Saved data entries:

════════════════

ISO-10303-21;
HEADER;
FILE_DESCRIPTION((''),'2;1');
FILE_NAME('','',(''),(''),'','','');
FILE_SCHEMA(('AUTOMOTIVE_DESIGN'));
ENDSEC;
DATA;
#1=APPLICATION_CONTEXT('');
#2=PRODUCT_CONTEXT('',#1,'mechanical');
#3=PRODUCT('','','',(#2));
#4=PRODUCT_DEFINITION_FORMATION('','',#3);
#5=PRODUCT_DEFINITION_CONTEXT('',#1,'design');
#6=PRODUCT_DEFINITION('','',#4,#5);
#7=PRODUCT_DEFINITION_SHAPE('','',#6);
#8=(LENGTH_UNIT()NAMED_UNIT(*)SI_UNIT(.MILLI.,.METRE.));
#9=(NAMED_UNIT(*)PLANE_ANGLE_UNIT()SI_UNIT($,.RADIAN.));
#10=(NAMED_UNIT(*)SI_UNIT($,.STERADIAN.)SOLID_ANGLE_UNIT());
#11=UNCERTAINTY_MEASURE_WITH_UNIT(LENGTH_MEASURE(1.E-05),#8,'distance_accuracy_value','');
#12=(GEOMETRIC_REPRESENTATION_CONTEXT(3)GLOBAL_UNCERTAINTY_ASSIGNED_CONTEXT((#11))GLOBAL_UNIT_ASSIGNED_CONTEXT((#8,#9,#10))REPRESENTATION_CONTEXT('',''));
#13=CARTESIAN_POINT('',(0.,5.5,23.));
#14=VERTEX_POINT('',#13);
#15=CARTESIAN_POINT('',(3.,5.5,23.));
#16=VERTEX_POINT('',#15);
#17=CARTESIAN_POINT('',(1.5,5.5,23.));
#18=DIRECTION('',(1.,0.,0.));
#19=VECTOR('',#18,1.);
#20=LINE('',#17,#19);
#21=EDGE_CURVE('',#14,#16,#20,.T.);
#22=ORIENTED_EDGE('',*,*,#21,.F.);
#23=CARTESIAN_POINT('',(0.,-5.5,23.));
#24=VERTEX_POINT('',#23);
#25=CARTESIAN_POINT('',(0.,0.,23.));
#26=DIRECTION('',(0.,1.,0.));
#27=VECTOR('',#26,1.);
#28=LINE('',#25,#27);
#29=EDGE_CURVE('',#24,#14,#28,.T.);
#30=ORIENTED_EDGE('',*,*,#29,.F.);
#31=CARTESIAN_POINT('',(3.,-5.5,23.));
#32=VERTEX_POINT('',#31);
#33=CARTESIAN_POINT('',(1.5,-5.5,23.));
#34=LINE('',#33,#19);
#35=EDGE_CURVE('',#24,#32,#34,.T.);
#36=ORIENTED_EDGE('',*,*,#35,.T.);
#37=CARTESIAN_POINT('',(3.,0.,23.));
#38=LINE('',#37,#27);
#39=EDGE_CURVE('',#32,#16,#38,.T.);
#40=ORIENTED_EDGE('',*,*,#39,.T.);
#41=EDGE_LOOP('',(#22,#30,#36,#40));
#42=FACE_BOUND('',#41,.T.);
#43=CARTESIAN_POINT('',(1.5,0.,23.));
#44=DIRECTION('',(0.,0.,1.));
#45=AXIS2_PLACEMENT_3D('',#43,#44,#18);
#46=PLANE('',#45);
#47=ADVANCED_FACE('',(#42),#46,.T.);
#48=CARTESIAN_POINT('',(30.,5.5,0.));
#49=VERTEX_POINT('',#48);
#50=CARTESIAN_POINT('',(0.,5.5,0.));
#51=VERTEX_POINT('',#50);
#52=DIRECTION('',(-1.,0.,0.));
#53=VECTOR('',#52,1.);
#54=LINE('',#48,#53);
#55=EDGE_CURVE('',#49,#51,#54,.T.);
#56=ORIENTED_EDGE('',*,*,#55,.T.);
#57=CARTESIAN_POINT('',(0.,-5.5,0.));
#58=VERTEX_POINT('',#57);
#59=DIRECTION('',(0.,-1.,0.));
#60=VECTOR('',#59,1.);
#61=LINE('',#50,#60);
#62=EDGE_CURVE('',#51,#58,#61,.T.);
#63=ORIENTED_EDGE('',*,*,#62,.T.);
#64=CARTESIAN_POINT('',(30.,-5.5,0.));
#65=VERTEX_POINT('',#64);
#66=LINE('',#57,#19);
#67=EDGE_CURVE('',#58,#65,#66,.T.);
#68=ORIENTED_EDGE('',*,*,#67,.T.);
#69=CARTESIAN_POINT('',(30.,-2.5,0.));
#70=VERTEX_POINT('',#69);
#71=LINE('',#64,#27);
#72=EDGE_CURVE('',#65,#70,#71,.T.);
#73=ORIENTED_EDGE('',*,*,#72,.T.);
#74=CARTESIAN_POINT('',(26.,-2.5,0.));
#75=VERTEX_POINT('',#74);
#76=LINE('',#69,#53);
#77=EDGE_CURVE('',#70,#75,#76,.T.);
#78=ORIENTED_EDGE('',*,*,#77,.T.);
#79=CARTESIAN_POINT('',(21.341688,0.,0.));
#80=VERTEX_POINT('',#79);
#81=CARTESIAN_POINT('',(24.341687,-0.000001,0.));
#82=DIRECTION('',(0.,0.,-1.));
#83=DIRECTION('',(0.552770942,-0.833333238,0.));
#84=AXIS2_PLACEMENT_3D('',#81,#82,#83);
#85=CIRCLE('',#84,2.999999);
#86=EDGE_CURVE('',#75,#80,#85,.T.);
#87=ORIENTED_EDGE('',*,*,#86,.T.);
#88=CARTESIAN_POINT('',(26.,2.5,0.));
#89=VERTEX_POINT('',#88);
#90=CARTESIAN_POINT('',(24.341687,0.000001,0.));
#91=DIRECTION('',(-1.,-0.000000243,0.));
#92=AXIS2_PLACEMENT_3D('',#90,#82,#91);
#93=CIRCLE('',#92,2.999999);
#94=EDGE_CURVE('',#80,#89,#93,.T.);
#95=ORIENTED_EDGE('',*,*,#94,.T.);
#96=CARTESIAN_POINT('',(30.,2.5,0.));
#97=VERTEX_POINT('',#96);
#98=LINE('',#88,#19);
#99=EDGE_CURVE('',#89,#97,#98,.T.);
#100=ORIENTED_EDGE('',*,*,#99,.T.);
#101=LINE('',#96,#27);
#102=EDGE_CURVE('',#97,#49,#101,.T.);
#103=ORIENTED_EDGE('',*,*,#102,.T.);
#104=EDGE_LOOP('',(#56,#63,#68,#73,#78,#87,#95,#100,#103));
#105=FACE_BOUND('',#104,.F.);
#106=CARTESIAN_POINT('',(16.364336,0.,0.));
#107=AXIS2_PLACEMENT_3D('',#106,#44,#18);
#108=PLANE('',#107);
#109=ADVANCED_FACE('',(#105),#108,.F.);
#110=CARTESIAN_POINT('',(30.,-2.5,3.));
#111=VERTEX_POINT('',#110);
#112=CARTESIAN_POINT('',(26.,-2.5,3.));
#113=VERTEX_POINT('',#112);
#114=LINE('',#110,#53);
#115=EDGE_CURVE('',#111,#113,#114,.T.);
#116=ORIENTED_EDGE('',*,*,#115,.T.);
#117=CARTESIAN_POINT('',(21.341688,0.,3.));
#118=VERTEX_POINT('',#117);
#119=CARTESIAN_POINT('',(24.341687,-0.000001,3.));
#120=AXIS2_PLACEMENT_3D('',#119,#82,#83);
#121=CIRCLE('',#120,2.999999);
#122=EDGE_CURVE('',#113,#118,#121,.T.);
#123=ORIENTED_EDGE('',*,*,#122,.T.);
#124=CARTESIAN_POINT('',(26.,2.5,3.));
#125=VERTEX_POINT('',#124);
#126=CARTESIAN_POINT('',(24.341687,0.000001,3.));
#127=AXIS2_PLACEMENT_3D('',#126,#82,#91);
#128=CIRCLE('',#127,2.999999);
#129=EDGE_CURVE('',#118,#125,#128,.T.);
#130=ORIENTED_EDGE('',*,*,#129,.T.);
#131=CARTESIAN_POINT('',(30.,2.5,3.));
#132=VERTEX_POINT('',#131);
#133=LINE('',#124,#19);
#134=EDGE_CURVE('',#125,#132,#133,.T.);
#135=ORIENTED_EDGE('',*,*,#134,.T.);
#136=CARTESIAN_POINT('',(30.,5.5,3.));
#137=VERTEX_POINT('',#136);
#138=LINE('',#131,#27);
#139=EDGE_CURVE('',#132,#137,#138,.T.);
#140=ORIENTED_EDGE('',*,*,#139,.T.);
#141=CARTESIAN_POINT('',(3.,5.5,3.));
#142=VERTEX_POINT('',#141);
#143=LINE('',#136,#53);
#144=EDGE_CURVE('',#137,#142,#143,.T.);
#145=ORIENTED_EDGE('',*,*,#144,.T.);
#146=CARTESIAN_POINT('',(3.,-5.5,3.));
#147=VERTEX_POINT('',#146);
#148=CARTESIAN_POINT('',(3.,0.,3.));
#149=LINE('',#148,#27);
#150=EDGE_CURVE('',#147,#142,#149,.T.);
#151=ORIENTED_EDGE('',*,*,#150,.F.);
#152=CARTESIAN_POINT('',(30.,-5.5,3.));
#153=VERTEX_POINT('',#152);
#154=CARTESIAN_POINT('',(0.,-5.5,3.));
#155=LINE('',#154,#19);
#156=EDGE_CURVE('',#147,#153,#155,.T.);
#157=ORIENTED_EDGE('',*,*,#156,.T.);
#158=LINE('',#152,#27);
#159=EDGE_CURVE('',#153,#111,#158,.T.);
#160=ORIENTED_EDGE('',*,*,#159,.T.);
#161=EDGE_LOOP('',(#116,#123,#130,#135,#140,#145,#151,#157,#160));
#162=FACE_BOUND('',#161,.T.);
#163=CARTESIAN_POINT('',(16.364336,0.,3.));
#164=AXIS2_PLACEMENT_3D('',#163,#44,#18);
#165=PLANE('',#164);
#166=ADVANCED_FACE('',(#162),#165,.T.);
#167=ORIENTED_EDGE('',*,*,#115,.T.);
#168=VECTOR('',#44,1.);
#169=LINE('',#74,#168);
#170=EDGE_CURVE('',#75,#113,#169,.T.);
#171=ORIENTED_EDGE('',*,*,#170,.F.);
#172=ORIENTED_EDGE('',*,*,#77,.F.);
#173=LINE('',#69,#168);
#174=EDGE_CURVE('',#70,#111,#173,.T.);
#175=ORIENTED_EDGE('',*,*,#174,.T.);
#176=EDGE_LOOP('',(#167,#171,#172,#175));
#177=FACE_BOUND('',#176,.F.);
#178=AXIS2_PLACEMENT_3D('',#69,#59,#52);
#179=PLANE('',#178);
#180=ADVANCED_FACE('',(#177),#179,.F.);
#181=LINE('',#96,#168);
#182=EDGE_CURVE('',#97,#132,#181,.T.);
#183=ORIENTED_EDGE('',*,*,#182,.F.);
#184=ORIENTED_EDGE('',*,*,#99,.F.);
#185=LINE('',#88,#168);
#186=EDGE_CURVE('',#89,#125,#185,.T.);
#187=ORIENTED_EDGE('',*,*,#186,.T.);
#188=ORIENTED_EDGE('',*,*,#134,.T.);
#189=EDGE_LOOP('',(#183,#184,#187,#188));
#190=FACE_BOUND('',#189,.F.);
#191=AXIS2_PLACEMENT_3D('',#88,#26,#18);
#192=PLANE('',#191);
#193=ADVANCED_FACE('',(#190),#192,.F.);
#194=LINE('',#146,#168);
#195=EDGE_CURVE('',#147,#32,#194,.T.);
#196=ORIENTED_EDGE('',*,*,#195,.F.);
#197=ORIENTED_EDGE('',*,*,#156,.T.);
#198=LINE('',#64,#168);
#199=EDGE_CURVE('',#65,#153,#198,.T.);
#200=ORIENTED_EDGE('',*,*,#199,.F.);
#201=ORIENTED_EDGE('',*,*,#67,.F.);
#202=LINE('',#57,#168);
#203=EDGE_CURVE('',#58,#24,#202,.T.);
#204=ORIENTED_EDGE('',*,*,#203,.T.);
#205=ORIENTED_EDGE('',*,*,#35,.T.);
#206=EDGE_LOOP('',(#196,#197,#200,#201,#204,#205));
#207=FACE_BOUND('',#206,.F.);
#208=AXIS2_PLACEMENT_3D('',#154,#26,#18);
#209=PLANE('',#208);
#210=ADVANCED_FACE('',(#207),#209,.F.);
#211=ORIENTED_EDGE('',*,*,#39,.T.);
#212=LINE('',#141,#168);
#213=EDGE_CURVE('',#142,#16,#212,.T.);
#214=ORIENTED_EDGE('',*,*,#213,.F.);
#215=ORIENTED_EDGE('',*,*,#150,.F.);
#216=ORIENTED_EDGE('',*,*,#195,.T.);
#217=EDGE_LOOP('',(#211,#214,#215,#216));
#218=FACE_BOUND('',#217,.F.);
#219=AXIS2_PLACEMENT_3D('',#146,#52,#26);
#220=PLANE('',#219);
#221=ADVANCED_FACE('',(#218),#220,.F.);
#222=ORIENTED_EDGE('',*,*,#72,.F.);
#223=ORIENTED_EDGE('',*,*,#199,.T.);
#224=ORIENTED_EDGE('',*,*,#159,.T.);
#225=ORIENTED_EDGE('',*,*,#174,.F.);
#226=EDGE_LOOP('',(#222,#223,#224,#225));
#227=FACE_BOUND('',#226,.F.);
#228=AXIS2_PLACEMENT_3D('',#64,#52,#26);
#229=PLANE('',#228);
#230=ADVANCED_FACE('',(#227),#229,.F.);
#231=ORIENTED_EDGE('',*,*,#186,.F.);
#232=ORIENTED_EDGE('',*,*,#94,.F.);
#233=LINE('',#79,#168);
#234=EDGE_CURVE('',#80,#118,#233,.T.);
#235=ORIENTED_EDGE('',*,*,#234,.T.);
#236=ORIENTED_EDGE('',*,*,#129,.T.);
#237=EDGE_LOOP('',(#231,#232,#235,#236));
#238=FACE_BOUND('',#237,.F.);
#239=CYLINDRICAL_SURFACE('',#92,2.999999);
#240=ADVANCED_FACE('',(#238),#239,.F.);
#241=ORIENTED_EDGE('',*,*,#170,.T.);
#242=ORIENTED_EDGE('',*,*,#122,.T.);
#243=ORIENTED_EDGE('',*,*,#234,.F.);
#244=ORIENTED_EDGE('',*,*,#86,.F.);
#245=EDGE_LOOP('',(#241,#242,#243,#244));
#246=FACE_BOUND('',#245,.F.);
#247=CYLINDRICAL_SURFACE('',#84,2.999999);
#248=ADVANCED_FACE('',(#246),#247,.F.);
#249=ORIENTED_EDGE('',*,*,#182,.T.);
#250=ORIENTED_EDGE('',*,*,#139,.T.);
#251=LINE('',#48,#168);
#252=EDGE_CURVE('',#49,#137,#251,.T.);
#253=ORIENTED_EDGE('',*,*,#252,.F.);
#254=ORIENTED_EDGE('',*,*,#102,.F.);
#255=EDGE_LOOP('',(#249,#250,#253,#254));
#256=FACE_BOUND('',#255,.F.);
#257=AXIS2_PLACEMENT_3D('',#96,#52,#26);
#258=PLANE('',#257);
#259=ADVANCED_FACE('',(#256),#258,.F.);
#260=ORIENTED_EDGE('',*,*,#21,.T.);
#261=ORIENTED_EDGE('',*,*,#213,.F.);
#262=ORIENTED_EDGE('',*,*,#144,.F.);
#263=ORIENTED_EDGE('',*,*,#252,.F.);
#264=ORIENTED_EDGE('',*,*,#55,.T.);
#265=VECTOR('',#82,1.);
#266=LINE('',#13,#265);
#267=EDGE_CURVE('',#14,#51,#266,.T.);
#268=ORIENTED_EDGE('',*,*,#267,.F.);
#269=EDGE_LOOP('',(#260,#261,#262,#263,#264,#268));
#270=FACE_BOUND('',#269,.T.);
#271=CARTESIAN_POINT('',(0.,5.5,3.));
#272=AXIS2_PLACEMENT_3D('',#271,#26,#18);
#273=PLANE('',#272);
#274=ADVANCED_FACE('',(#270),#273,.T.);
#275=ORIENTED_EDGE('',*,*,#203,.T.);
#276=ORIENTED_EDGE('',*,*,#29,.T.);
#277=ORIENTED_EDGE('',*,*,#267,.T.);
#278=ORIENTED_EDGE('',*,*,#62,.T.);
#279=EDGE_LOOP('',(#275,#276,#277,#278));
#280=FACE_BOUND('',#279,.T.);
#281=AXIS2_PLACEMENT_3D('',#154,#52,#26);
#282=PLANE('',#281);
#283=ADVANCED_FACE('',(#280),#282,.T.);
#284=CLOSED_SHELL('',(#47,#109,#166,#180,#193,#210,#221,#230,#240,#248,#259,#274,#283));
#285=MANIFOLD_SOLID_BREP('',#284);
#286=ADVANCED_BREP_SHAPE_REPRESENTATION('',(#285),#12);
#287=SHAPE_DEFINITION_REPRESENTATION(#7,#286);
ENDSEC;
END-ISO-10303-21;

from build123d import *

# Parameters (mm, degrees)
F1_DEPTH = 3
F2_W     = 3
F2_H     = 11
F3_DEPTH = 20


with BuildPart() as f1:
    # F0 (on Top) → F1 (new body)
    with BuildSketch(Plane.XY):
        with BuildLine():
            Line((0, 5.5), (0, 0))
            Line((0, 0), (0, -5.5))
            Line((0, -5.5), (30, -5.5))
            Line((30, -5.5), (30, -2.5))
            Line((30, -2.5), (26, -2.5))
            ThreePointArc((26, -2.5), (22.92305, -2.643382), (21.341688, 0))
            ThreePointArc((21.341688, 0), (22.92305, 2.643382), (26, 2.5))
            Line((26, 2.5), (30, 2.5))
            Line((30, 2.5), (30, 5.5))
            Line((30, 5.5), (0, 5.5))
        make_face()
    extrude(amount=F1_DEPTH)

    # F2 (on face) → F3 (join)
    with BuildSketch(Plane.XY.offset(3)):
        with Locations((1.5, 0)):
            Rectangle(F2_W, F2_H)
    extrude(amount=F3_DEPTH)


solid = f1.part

════════════════

- What this task involves
In the entries above, restate word for word the lines between the one holding "#200=ORIENTED_EDGE('',*,*,#199,.F.);" and the one holding "#214=ORIENTED_EDGE('',*,*,#213,.F.);", inclusive, and nothing besides.

- Response area
#200=ORIENTED_EDGE('',*,*,#199,.F.);
#201=ORIENTED_EDGE('',*,*,#67,.F.);
#202=LINE('',#57,#168);
#203=EDGE_CURVE('',#58,#24,#202,.T.);
#204=ORIENTED_EDGE('',*,*,#203,.T.);
#205=ORIENTED_EDGE('',*,*,#35,.T.);
#206=EDGE_LOOP('',(#196,#197,#200,#201,#204,#205));
#207=FACE_BOUND('',#206,.F.);
#208=AXIS2_PLACEMENT_3D('',#154,#26,#18);
#209=PLANE('',#208);
#210=ADVANCED_FACE('',(#207),#209,.F.);
#211=ORIENTED_EDGE('',*,*,#39,.T.);
#212=LINE('',#141,#168);
#213=EDGE_CURVE('',#142,#16,#212,.T.);
#214=ORIENTED_EDGE('',*,*,#213,.F.);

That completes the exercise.